__Records provided__.
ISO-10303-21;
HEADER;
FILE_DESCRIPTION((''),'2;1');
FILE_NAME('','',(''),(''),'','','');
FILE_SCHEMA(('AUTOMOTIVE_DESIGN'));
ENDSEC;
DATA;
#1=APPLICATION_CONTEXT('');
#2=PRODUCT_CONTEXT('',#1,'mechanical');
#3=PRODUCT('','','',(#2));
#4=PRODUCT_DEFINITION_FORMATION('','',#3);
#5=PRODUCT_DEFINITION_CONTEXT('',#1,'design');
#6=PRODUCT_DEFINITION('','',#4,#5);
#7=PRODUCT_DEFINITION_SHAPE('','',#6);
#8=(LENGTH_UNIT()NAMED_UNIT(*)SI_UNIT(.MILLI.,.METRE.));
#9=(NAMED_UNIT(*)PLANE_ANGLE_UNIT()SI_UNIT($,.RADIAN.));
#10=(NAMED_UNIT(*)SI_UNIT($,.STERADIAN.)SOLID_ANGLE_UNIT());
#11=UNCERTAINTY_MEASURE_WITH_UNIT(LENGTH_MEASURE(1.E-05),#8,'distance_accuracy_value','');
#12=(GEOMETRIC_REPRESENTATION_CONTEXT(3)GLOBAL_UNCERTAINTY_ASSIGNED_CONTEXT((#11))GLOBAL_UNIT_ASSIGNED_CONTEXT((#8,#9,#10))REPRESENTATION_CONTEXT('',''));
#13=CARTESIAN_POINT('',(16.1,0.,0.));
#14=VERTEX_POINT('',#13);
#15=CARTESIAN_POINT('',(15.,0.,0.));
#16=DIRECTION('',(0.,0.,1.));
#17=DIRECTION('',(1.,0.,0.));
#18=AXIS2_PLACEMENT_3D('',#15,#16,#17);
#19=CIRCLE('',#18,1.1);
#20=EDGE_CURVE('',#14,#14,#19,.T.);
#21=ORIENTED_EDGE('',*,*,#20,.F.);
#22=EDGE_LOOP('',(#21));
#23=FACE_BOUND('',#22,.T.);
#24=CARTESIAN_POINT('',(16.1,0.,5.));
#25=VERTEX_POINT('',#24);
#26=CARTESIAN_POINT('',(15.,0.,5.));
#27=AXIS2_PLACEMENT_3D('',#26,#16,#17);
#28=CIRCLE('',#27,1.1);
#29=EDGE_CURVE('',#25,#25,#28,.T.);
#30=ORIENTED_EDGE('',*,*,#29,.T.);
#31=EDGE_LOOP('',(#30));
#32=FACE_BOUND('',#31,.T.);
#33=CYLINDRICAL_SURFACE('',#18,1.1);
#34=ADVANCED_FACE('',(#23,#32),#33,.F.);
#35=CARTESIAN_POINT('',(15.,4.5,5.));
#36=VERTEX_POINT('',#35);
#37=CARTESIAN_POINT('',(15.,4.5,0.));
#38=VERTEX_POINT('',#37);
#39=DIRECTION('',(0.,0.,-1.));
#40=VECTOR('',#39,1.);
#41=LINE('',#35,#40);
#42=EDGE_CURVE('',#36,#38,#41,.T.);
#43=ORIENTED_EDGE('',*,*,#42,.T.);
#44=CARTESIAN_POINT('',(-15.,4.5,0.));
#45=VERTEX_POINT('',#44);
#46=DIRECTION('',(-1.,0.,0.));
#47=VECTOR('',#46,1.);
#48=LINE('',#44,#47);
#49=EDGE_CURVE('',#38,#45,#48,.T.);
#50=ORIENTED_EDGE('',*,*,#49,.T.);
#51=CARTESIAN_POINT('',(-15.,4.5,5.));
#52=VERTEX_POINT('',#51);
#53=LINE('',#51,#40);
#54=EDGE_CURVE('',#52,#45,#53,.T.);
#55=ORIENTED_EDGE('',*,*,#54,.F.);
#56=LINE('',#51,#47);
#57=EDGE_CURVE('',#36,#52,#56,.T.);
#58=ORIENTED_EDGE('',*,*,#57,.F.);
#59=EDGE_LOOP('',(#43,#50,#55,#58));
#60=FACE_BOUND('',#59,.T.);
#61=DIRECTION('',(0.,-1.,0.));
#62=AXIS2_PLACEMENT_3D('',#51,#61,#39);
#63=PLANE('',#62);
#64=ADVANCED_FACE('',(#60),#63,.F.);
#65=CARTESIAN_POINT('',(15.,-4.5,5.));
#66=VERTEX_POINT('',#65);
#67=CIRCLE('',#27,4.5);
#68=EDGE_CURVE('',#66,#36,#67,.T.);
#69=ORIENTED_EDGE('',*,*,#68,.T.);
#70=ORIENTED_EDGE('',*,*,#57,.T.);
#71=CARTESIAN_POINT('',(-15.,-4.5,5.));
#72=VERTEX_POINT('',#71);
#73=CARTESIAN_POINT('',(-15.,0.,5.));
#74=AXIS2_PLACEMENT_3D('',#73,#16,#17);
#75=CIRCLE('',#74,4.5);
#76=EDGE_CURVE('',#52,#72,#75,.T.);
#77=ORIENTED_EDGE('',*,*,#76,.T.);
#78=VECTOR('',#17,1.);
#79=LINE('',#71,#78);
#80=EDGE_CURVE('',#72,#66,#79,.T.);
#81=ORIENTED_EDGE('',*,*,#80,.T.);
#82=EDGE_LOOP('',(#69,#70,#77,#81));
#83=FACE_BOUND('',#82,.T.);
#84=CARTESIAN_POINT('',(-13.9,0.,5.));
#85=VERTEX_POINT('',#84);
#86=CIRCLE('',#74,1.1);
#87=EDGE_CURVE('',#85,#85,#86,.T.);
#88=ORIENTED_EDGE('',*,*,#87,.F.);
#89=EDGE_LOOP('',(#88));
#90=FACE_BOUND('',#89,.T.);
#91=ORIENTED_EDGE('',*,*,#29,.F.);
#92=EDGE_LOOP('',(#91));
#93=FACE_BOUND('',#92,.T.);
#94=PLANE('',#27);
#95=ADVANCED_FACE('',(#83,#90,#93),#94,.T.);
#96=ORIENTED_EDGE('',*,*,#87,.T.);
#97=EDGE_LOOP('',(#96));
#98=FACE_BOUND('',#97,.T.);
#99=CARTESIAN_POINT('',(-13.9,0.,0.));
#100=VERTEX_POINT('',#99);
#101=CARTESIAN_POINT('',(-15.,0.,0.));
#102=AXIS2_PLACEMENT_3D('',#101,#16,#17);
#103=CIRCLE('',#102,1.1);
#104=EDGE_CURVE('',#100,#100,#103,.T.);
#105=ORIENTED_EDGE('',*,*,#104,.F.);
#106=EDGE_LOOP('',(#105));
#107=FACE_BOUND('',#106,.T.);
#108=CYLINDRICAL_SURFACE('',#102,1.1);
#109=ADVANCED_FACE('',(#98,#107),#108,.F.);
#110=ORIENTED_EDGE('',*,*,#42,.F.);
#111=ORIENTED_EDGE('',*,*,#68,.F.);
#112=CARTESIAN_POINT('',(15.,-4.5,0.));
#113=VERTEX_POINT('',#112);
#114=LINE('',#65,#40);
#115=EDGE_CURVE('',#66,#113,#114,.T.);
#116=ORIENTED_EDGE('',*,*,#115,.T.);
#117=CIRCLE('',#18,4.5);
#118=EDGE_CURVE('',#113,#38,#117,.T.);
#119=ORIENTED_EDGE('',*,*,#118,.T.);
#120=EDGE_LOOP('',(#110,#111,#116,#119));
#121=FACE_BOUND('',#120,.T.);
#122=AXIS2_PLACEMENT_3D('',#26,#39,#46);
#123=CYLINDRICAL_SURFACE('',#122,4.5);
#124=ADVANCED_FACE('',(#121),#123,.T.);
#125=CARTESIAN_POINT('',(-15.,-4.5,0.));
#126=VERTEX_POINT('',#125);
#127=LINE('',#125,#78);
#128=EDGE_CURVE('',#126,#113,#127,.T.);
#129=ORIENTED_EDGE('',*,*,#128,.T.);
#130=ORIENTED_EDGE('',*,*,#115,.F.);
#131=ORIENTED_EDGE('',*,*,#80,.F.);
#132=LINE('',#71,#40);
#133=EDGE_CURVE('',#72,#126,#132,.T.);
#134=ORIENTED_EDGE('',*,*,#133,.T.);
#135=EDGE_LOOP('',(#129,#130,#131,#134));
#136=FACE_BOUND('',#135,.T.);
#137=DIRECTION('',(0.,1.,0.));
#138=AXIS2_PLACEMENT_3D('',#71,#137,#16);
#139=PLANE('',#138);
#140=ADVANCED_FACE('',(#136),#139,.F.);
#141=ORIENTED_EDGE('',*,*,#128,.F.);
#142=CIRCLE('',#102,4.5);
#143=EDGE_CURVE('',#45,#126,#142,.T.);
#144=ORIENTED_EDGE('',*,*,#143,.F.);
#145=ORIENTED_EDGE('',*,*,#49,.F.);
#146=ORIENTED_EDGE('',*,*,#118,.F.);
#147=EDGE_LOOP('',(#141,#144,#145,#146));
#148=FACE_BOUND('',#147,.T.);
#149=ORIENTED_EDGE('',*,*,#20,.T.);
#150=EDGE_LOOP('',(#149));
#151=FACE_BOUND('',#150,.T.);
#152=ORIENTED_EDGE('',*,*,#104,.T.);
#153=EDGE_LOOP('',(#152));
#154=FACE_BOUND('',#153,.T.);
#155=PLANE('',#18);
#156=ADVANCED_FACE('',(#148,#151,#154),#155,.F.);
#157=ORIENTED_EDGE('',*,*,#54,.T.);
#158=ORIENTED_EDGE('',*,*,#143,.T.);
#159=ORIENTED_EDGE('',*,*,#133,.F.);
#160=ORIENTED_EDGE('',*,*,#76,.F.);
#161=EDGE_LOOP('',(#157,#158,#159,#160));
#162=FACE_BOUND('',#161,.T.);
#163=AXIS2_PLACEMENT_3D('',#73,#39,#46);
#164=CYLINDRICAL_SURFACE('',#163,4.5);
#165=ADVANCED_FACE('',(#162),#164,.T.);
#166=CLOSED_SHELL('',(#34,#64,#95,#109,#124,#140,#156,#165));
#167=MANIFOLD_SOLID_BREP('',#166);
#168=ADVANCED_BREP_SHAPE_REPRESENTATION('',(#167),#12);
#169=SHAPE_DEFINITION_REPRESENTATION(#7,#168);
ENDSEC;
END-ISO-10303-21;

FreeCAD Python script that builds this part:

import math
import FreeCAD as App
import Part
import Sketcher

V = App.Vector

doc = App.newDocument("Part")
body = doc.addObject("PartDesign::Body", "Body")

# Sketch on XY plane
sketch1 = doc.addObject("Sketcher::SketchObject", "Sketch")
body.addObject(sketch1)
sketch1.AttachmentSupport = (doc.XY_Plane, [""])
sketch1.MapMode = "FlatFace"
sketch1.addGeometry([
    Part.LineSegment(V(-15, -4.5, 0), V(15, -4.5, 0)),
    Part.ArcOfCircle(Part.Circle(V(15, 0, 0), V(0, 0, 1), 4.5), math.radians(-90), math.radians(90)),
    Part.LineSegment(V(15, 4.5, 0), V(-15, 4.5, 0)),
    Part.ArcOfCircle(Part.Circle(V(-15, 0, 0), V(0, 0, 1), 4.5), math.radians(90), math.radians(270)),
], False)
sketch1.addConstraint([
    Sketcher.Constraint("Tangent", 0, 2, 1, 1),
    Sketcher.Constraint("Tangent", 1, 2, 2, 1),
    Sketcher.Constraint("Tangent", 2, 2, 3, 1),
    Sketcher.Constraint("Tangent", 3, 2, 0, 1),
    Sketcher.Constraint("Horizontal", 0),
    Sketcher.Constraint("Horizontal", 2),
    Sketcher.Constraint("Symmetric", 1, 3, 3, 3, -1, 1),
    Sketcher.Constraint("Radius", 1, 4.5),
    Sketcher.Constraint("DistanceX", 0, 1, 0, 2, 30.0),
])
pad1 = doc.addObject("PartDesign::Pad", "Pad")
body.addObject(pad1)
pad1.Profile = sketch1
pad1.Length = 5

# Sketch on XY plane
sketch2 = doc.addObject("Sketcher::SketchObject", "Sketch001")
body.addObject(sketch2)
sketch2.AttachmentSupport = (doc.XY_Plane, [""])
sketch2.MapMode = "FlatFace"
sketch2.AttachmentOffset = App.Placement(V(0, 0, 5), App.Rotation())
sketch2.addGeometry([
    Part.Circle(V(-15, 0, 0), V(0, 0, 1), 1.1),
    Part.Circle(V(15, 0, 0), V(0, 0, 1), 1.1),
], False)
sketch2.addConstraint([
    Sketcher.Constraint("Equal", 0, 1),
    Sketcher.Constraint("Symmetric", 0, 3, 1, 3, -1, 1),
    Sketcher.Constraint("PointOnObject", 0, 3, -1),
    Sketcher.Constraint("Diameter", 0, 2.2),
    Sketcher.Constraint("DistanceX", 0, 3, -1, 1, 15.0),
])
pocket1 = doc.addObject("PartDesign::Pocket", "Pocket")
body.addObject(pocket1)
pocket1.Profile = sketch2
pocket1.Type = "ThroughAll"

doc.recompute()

__Instructions to follow__. From the records above, reproduce exactly the lines from the one with "#107=FACE_BOUND('',#106,.T.);" to the one with "#157=ORIENTED_EDGE('',*,*,#54,.T.);", both included, and no others.

__Exercise result__.
#107=FACE_BOUND('',#106,.T.);
#108=CYLINDRICAL_SURFACE('',#102,1.1);
#109=ADVANCED_FACE('',(#98,#107),#108,.F.);
#110=ORIENTED_EDGE('',*,*,#42,.F.);
#111=ORIENTED_EDGE('',*,*,#68,.F.);
#112=CARTESIAN_POINT('',(15.,-4.5,0.));
#113=VERTEX_POINT('',#112);
#114=LINE('',#65,#40);
#115=EDGE_CURVE('',#66,#113,#114,.T.);
#116=ORIENTED_EDGE('',*,*,#115,.T.);
#117=CIRCLE('',#18,4.5);
#118=EDGE_CURVE('',#113,#38,#117,.T.);
#119=ORIENTED_EDGE('',*,*,#118,.T.);
#120=EDGE_LOOP('',(#110,#111,#116,#119));
#121=FACE_BOUND('',#120,.T.);
#122=AXIS2_PLACEMENT_3D('',#26,#39,#46);
#123=CYLINDRICAL_SURFACE('',#122,4.5);
#124=ADVANCED_FACE('',(#121),#123,.T.);
#125=CARTESIAN_POINT('',(-15.,-4.5,0.));
#126=VERTEX_POINT('',#125);
#127=LINE('',#125,#78);
#128=EDGE_CURVE('',#126,#113,#127,.T.);
#129=ORIENTED_EDGE('',*,*,#128,.T.);
#130=ORIENTED_EDGE('',*,*,#115,.F.);
#131=ORIENTED_EDGE('',*,*,#80,.F.);
#132=LINE('',#71,#40);
#133=EDGE_CURVE('',#72,#126,#132,.T.);
#134=ORIENTED_EDGE('',*,*,#133,.T.);
#135=EDGE_LOOP('',(#129,#130,#131,#134));
#136=FACE_BOUND('',#135,.T.);
#137=DIRECTION('',(0.,1.,0.));
#138=AXIS2_PLACEMENT_3D('',#71,#137,#16);
#139=PLANE('',#138);
#140=ADVANCED_FACE('',(#136),#139,.F.);
#141=ORIENTED_EDGE('',*,*,#128,.F.);
#142=CIRCLE('',#102,4.5);
#143=EDGE_CURVE('',#45,#126,#142,.T.);
#144=ORIENTED_EDGE('',*,*,#143,.F.);
#145=ORIENTED_EDGE('',*,*,#49,.F.);
#146=ORIENTED_EDGE('',*,*,#118,.F.);
#147=EDGE_LOOP('',(#141,#144,#145,#146));
#148=FACE_BOUND('',#147,.T.);
#149=ORIENTED_EDGE('',*,*,#20,.T.);
#150=EDGE_LOOP('',(#149));
#151=FACE_BOUND('',#150,.T.);
#152=ORIENTED_EDGE('',*,*,#104,.T.);
#153=EDGE_LOOP('',(#152));
#154=FACE_BOUND('',#153,.T.);
#155=PLANE('',#18);
#156=ADVANCED_FACE('',(#148,#151,#154),#155,.F.);
#157=ORIENTED_EDGE('',*,*,#54,.T.);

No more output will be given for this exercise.